• [Material supplied]:
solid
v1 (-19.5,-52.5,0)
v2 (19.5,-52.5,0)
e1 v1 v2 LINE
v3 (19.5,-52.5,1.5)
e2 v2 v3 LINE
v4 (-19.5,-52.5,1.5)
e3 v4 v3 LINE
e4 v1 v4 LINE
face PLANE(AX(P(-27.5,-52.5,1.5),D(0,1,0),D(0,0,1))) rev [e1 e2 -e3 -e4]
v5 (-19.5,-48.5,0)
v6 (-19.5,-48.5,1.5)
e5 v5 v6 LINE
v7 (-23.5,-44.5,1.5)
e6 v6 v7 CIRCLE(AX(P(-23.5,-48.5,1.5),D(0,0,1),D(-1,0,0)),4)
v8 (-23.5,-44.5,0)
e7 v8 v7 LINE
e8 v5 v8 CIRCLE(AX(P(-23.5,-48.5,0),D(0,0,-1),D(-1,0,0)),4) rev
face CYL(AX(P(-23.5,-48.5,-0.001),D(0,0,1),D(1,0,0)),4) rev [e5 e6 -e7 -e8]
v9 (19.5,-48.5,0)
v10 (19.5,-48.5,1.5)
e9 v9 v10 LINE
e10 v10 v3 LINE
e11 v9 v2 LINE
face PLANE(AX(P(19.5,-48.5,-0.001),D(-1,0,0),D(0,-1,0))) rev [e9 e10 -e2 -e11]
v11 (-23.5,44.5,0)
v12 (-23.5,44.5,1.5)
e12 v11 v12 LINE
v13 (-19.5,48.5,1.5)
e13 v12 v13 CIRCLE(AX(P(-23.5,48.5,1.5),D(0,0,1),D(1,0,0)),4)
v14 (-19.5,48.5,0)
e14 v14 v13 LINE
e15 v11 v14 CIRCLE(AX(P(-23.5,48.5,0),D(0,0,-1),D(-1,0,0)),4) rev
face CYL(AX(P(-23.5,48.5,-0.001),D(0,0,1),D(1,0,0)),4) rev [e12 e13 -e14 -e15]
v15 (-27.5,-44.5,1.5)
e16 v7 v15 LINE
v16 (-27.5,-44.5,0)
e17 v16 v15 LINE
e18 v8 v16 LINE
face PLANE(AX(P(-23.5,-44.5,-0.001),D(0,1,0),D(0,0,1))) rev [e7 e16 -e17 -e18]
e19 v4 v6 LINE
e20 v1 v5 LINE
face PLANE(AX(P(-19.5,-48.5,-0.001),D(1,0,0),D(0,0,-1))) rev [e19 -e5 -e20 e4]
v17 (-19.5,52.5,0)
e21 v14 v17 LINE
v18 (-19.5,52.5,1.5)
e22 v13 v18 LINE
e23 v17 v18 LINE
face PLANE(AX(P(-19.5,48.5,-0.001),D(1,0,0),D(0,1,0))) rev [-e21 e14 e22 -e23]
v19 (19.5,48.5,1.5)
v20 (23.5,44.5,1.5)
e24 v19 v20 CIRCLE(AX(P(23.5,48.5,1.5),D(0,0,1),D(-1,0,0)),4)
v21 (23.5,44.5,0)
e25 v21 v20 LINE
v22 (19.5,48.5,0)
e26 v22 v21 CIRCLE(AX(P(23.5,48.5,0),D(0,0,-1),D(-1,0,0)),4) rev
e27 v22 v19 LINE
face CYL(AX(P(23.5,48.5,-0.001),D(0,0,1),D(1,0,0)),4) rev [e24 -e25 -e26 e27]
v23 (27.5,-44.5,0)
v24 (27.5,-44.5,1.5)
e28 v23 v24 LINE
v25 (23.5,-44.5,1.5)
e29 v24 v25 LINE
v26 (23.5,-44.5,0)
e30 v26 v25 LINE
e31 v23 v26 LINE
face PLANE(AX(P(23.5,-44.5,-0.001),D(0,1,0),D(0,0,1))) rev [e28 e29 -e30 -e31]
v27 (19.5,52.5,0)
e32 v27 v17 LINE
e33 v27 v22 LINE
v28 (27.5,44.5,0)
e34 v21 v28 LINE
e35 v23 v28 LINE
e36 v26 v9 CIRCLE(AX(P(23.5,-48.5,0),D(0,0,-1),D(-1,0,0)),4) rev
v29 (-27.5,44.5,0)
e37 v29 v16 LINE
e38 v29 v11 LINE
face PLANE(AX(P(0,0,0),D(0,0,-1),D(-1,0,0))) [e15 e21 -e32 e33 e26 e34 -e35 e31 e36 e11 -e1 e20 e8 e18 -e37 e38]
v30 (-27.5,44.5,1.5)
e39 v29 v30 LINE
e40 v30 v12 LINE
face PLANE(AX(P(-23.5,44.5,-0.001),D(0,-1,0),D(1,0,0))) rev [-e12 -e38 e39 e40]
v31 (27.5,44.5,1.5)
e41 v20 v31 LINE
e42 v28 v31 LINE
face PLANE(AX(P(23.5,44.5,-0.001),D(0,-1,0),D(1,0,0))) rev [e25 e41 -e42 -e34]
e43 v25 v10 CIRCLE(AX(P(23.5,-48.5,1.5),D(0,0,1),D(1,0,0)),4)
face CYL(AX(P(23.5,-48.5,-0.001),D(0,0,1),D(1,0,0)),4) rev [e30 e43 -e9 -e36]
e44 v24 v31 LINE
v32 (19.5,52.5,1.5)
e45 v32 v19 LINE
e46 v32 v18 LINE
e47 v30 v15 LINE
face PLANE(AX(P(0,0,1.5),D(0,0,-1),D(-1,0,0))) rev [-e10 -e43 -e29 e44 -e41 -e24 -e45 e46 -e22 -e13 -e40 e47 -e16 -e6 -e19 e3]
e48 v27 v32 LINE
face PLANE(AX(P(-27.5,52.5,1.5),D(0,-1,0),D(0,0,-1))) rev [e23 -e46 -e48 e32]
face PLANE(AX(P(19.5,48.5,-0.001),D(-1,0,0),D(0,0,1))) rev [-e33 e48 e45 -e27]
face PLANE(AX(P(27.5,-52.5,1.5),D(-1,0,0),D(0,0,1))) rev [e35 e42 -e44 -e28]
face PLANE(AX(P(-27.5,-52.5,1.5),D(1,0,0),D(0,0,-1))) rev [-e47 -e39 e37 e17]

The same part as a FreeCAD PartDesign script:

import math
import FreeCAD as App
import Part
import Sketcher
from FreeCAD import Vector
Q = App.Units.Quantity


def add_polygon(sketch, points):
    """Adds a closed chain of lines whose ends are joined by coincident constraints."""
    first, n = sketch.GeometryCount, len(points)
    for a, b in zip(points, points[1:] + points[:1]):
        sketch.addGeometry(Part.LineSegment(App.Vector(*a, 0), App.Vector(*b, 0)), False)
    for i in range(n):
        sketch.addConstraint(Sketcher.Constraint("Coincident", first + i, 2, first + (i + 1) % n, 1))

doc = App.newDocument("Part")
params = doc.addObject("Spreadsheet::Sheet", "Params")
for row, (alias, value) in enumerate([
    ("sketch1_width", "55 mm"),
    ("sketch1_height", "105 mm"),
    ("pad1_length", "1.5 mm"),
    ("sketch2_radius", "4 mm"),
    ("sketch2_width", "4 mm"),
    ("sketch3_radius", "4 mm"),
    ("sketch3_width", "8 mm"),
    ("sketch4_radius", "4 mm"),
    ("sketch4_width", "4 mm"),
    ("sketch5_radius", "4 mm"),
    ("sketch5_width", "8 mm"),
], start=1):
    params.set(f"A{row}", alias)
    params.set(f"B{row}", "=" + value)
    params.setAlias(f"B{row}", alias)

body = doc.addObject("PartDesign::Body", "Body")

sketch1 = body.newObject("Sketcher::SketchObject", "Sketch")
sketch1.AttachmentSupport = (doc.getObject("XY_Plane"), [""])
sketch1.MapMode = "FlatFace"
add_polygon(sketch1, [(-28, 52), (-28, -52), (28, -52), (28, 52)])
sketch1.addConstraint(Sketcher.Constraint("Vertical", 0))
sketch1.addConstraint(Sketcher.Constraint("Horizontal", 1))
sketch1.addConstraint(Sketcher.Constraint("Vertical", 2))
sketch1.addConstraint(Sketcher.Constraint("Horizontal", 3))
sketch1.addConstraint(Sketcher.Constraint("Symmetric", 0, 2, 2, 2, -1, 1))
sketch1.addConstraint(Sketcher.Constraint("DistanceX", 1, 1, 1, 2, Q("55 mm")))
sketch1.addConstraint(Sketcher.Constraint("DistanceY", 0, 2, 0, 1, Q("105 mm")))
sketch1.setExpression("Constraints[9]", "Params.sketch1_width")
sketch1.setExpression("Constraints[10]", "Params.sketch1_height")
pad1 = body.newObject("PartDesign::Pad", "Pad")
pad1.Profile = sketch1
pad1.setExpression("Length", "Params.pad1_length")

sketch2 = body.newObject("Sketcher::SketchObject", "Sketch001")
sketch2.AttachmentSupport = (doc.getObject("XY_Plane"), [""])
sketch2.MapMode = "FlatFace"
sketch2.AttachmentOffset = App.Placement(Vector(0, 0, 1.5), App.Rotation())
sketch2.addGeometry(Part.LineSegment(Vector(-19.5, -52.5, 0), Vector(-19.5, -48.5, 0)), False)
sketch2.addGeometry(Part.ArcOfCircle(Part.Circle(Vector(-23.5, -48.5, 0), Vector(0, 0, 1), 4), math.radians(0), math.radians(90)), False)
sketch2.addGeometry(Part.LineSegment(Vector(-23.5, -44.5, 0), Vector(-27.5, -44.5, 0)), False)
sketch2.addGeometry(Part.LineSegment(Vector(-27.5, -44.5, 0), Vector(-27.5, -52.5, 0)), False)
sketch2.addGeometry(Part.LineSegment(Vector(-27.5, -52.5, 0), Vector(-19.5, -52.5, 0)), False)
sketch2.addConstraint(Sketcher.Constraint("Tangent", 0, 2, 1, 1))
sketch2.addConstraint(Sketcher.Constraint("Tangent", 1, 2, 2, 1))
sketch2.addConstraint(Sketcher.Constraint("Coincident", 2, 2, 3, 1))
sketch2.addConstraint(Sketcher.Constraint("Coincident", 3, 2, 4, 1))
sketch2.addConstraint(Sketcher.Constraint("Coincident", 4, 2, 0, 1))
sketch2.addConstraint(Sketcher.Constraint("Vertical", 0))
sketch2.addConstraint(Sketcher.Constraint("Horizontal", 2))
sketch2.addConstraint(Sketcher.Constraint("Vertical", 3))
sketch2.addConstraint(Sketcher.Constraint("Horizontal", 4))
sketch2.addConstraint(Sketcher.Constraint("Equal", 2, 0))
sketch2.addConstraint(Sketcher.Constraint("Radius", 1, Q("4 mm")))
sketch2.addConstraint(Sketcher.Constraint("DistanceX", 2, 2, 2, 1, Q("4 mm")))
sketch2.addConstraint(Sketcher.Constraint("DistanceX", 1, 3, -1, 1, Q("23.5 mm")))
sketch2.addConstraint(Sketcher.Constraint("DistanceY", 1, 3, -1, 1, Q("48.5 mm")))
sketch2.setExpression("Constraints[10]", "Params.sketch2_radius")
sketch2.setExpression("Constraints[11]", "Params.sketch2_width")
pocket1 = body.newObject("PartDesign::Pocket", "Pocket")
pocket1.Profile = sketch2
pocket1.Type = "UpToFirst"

• [Work instructions]:
Return only the exact lines from the opening of the records through the line that contains "e27 v22 v19 LINE", both included.

• [Task answer]:
solid
v1 (-19.5,-52.5,0)
v2 (19.5,-52.5,0)
e1 v1 v2 LINE
v3 (19.5,-52.5,1.5)
e2 v2 v3 LINE
v4 (-19.5,-52.5,1.5)
e3 v4 v3 LINE
e4 v1 v4 LINE
face PLANE(AX(P(-27.5,-52.5,1.5),D(0,1,0),D(0,0,1))) rev [e1 e2 -e3 -e4]
v5 (-19.5,-48.5,0)
v6 (-19.5,-48.5,1.5)
e5 v5 v6 LINE
v7 (-23.5,-44.5,1.5)
e6 v6 v7 CIRCLE(AX(P(-23.5,-48.5,1.5),D(0,0,1),D(-1,0,0)),4)
v8 (-23.5,-44.5,0)
e7 v8 v7 LINE
e8 v5 v8 CIRCLE(AX(P(-23.5,-48.5,0),D(0,0,-1),D(-1,0,0)),4) rev
face CYL(AX(P(-23.5,-48.5,-0.001),D(0,0,1),D(1,0,0)),4) rev [e5 e6 -e7 -e8]
v9 (19.5,-48.5,0)
v10 (19.5,-48.5,1.5)
e9 v9 v10 LINE
e10 v10 v3 LINE
e11 v9 v2 LINE
face PLANE(AX(P(19.5,-48.5,-0.001),D(-1,0,0),D(0,-1,0))) rev [e9 e10 -e2 -e11]
v11 (-23.5,44.5,0)
v12 (-23.5,44.5,1.5)
e12 v11 v12 LINE
v13 (-19.5,48.5,1.5)
e13 v12 v13 CIRCLE(AX(P(-23.5,48.5,1.5),D(0,0,1),D(1,0,0)),4)
v14 (-19.5,48.5,0)
e14 v14 v13 LINE
e15 v11 v14 CIRCLE(AX(P(-23.5,48.5,0),D(0,0,-1),D(-1,0,0)),4) rev
face CYL(AX(P(-23.5,48.5,-0.001),D(0,0,1),D(1,0,0)),4) rev [e12 e13 -e14 -e15]
v15 (-27.5,-44.5,1.5)
e16 v7 v15 LINE
v16 (-27.5,-44.5,0)
e17 v16 v15 LINE
e18 v8 v16 LINE
face PLANE(AX(P(-23.5,-44.5,-0.001),D(0,1,0),D(0,0,1))) rev [e7 e16 -e17 -e18]
e19 v4 v6 LINE
e20 v1 v5 LINE
face PLANE(AX(P(-19.5,-48.5,-0.001),D(1,0,0),D(0,0,-1))) rev [e19 -e5 -e20 e4]
v17 (-19.5,52.5,0)
e21 v14 v17 LINE
v18 (-19.5,52.5,1.5)
e22 v13 v18 LINE
e23 v17 v18 LINE
face PLANE(AX(P(-19.5,48.5,-0.001),D(1,0,0),D(0,1,0))) rev [-e21 e14 e22 -e23]
v19 (19.5,48.5,1.5)
v20 (23.5,44.5,1.5)
e24 v19 v20 CIRCLE(AX(P(23.5,48.5,1.5),D(0,0,1),D(-1,0,0)),4)
v21 (23.5,44.5,0)
e25 v21 v20 LINE
v22 (19.5,48.5,0)
e26 v22 v21 CIRCLE(AX(P(23.5,48.5,0),D(0,0,-1),D(-1,0,0)),4) rev
e27 v22 v19 LINE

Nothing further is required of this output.